Since only part of the material below is wanted, output exactly the lines from the one with "f 271 232 299" up to and including the one with "f 299 192 271".

* * * * *

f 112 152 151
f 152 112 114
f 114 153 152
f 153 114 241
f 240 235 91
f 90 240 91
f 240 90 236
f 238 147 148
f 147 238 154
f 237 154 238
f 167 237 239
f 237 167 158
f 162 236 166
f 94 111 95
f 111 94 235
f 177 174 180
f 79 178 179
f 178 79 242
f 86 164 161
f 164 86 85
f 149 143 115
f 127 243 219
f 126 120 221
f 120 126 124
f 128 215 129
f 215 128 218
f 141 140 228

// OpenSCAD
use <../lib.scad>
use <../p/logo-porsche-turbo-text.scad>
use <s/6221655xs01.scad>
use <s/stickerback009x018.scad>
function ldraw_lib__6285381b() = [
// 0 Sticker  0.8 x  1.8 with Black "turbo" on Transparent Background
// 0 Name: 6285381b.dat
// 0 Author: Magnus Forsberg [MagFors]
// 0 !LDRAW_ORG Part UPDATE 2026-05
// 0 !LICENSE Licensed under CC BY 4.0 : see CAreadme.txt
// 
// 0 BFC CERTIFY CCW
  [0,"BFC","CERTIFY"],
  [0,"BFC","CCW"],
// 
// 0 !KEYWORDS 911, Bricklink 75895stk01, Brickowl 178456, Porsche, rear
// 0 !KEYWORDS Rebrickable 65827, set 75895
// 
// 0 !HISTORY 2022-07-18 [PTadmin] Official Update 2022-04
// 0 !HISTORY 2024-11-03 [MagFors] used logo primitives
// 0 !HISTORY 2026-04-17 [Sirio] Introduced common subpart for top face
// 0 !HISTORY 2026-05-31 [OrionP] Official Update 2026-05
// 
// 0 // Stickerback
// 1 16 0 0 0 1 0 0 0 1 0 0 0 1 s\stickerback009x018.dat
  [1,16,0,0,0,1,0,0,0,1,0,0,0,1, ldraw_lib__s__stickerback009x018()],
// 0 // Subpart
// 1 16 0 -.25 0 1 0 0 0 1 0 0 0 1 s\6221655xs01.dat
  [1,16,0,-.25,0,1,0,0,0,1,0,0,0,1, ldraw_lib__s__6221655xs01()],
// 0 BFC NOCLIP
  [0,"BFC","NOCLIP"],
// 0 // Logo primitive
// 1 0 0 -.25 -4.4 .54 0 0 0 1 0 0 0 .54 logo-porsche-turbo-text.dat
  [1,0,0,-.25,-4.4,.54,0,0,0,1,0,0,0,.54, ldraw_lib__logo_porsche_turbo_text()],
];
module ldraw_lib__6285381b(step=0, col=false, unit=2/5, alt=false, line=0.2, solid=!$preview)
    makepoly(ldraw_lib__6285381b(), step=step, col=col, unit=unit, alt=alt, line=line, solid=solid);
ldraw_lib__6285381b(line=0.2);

* * * * *

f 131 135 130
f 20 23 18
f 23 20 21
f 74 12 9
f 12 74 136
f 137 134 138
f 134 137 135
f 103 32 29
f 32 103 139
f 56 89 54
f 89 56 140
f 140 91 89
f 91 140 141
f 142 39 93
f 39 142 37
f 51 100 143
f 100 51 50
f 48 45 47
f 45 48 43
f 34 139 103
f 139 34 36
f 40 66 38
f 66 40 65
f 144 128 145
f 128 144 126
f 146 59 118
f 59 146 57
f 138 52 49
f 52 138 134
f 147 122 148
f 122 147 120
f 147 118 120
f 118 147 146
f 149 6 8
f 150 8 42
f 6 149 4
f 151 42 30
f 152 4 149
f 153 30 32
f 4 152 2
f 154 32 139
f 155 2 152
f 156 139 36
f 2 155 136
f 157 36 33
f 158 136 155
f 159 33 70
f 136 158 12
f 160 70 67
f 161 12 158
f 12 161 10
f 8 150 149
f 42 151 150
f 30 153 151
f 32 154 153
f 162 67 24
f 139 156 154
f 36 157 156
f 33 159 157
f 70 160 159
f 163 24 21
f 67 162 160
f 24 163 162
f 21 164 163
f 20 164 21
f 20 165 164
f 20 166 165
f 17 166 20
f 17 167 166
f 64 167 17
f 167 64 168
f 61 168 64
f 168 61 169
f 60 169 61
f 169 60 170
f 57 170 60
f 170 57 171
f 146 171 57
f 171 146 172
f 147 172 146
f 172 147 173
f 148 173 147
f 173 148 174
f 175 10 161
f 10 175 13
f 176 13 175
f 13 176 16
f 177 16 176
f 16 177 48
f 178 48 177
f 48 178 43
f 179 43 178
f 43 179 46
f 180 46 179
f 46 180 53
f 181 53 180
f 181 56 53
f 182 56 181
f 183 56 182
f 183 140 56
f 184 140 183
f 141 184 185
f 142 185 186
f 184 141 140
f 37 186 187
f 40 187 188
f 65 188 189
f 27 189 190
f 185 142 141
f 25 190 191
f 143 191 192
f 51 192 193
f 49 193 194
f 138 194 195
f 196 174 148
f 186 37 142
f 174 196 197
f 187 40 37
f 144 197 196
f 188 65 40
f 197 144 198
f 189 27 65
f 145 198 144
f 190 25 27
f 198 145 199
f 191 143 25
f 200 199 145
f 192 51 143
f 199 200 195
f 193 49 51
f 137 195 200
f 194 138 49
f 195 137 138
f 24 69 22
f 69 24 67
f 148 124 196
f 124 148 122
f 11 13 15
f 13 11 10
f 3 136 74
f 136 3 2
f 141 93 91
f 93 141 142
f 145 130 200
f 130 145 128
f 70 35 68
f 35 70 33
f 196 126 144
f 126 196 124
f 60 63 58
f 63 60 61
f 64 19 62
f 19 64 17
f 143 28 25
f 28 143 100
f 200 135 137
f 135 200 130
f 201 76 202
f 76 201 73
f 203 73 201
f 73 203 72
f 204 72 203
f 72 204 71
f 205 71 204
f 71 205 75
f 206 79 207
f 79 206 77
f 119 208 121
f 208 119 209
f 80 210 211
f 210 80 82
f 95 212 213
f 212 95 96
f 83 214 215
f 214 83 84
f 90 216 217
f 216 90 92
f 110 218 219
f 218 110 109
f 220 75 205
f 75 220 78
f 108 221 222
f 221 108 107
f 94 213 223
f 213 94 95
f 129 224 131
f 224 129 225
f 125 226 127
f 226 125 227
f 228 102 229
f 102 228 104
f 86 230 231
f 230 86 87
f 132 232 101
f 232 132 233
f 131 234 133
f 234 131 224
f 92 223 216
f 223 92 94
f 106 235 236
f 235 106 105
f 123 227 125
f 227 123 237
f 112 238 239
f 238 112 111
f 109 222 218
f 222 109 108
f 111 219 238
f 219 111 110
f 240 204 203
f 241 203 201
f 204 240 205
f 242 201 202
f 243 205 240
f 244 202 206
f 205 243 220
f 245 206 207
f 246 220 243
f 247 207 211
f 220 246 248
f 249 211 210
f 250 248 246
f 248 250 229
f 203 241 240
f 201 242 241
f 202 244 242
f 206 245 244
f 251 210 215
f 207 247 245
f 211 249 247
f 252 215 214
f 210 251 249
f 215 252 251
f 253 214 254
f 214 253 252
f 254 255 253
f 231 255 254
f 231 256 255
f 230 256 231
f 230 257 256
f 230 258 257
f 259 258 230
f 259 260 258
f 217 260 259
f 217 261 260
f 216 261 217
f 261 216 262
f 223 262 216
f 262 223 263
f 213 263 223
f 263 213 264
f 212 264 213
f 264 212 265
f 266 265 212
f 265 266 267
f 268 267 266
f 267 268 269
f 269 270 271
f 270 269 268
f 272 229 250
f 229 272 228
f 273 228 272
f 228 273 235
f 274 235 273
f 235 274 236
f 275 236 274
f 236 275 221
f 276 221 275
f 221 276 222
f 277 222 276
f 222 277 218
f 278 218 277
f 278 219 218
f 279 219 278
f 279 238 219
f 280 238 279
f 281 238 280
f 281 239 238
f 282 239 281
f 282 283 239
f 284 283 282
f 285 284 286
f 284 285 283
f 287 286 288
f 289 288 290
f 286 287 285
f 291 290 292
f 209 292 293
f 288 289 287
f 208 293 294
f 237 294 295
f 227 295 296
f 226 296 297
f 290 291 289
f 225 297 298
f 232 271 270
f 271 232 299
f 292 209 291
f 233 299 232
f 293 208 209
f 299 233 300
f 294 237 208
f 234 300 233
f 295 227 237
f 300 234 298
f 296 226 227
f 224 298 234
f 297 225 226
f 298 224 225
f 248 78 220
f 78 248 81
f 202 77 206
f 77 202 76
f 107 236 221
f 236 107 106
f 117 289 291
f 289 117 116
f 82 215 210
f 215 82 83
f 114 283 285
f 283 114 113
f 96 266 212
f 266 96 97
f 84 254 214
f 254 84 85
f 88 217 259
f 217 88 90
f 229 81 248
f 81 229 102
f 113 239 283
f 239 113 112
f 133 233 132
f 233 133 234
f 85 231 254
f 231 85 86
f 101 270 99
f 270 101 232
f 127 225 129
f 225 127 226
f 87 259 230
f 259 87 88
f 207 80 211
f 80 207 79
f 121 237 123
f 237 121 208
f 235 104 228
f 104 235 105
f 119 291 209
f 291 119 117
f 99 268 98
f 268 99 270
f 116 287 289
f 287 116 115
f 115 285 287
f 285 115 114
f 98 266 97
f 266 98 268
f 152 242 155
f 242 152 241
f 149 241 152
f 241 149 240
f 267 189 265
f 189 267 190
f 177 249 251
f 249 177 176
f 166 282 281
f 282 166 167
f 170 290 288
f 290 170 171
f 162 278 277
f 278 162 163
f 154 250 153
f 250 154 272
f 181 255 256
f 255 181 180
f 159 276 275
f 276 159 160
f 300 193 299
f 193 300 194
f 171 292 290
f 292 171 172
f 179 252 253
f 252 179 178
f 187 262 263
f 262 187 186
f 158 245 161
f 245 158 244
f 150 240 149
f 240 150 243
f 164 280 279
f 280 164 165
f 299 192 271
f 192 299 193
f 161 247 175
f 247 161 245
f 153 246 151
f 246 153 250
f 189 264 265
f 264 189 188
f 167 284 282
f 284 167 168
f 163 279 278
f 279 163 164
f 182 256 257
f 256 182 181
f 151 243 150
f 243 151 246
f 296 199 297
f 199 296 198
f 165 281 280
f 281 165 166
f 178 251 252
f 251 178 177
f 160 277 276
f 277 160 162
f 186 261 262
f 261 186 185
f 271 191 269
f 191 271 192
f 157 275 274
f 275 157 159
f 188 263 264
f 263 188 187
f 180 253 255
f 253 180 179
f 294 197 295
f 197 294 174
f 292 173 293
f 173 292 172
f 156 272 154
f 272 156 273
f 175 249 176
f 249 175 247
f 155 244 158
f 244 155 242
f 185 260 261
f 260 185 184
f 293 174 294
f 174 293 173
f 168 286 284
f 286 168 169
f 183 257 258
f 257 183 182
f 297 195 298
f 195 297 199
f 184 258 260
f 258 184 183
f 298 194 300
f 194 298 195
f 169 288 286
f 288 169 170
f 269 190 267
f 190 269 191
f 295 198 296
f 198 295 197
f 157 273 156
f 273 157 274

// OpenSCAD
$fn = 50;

* * * * *

§ Task response
f 271 232 299
f 292 209 291
f 233 299 232
f 293 208 209
f 299 233 300
f 294 237 208
f 234 300 233
f 295 227 237
f 300 234 298
f 296 226 227
f 224 298 234
f 297 225 226
f 298 224 225
f 248 78 220
f 78 248 81
f 202 77 206
f 77 202 76
f 107 236 221
f 236 107 106
f 117 289 291
f 289 117 116
f 82 215 210
f 215 82 83
f 114 283 285
f 283 114 113
f 96 266 212
f 266 96 97
f 84 254 214
f 254 84 85
f 88 217 259
f 217 88 90
f 229 81 248
f 81 229 102
f 113 239 283
f 239 113 112
f 133 233 132
f 233 133 234
f 85 231 254
f 231 85 86
f 101 270 99
f 270 101 232
f 127 225 129
f 225 127 226
f 87 259 230
f 259 87 88
f 207 80 211
f 80 207 79
f 121 237 123
f 237 121 208
f 235 104 228
f 104 235 105
f 119 291 209
f 291 119 117
f 99 268 98
f 268 99 270
f 116 287 289
f 287 116 115
f 115 285 287
f 285 115 114
f 98 266 97
f 266 98 268
f 152 242 155
f 242 152 241
f 149 241 152
f 241 149 240
f 267 189 265
f 189 267 190
f 177 249 251
f 249 177 176
f 166 282 281
f 282 166 167
f 170 290 288
f 290 170 171
f 162 278 277
f 278 162 163
f 154 250 153
f 250 154 272
f 181 255 256
f 255 181 180
f 159 276 275
f 276 159 160
f 300 193 299
f 193 300 194
f 171 292 290
f 292 171 172
f 179 252 253
f 252 179 178
f 187 262 263
f 262 187 186
f 158 245 161
f 245 158 244
f 150 240 149
f 240 150 243
f 164 280 279
f 280 164 165
f 299 192 271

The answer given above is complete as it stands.